===== Information provided =====

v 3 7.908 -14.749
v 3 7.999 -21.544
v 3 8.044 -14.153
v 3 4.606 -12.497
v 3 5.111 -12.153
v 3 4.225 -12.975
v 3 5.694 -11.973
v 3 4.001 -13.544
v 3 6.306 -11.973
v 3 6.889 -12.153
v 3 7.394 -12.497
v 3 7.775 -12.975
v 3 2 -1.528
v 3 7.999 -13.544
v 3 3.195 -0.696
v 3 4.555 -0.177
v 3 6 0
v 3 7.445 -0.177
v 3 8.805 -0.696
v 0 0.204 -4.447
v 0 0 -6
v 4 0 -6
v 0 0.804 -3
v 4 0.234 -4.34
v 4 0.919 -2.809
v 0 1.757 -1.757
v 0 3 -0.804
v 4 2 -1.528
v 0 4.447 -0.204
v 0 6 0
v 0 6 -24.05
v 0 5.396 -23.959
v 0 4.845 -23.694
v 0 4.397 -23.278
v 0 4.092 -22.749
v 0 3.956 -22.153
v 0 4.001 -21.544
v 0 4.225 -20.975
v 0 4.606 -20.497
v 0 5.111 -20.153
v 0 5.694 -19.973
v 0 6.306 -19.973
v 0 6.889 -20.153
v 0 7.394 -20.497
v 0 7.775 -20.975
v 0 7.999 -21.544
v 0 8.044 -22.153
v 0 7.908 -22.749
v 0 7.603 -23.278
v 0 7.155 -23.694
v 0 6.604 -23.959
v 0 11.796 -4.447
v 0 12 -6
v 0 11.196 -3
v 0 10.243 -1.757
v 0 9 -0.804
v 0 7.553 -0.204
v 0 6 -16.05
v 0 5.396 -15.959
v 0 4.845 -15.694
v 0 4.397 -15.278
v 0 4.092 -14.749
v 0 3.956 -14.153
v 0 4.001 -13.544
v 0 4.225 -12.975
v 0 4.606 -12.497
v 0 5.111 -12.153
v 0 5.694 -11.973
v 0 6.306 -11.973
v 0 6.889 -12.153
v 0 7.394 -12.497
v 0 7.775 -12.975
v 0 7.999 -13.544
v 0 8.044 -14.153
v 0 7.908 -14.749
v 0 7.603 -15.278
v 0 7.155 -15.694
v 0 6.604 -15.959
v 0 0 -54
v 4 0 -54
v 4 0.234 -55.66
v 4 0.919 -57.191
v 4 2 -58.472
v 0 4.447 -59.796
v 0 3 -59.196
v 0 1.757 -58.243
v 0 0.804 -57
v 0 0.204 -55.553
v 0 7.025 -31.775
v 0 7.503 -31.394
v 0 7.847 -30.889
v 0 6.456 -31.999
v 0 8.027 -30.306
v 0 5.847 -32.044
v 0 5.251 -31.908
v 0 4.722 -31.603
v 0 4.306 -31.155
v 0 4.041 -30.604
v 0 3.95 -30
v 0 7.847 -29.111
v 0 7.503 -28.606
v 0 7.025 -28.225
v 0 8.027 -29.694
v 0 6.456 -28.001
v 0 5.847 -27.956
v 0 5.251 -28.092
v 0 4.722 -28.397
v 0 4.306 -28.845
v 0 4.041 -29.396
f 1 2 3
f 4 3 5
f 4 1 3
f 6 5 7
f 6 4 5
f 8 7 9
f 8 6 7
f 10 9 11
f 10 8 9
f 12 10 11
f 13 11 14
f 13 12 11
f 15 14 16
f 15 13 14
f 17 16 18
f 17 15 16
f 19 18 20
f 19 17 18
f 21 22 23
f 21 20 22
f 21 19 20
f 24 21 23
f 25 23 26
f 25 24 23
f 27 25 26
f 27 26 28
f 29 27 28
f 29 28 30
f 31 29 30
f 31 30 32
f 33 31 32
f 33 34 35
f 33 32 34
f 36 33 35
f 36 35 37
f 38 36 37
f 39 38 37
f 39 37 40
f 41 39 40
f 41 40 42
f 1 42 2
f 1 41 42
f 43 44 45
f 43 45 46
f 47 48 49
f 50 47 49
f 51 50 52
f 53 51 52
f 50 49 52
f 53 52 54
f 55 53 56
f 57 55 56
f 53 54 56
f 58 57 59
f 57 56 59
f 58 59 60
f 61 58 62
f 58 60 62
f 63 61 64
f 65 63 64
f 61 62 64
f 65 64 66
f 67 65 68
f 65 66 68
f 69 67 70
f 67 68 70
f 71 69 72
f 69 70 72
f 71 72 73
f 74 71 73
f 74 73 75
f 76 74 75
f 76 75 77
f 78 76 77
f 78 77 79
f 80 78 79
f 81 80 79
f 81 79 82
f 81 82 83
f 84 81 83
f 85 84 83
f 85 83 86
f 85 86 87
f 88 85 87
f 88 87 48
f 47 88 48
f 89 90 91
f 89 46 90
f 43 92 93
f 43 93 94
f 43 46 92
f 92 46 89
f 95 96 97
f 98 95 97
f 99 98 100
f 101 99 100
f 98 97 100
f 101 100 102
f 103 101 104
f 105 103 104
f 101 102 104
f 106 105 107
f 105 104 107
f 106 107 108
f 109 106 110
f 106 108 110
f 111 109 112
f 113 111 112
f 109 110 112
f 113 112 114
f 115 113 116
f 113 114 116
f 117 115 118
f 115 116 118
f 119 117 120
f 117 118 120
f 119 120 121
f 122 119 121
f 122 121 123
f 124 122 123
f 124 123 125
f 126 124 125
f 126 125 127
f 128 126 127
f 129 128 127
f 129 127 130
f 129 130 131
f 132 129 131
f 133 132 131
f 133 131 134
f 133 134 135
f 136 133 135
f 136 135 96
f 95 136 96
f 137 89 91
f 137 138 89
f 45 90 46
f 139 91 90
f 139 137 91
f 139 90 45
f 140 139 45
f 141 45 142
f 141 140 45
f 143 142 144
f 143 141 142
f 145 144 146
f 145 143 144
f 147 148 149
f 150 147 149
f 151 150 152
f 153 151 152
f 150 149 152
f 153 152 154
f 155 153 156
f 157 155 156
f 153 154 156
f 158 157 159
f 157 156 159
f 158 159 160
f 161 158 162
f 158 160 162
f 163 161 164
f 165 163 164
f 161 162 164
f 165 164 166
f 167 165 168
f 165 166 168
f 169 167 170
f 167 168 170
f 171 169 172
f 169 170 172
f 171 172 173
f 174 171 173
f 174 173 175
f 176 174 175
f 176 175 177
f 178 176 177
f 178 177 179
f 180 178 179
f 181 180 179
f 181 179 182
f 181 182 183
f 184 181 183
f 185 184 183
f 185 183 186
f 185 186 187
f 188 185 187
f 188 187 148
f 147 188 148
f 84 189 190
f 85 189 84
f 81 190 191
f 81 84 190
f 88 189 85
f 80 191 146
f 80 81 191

=====

◆ Your assignment ◆
Only the lines above from the one with "f 101 99 100" up to and including the one with "f 132 129 131" should be repeated, exactly as written.

◆ Exercise result ◆
f 101 99 100
f 98 97 100
f 101 100 102
f 103 101 104
f 105 103 104
f 101 102 104
f 106 105 107
f 105 104 107
f 106 107 108
f 109 106 110
f 106 108 110
f 111 109 112
f 113 111 112
f 109 110 112
f 113 112 114
f 115 113 116
f 113 114 116
f 117 115 118
f 115 116 118
f 119 117 120
f 117 118 120
f 119 120 121
f 122 119 121
f 122 121 123
f 124 122 123
f 124 123 125
f 126 124 125
f 126 125 127
f 128 126 127
f 129 128 127
f 129 127 130
f 129 130 131
f 132 129 131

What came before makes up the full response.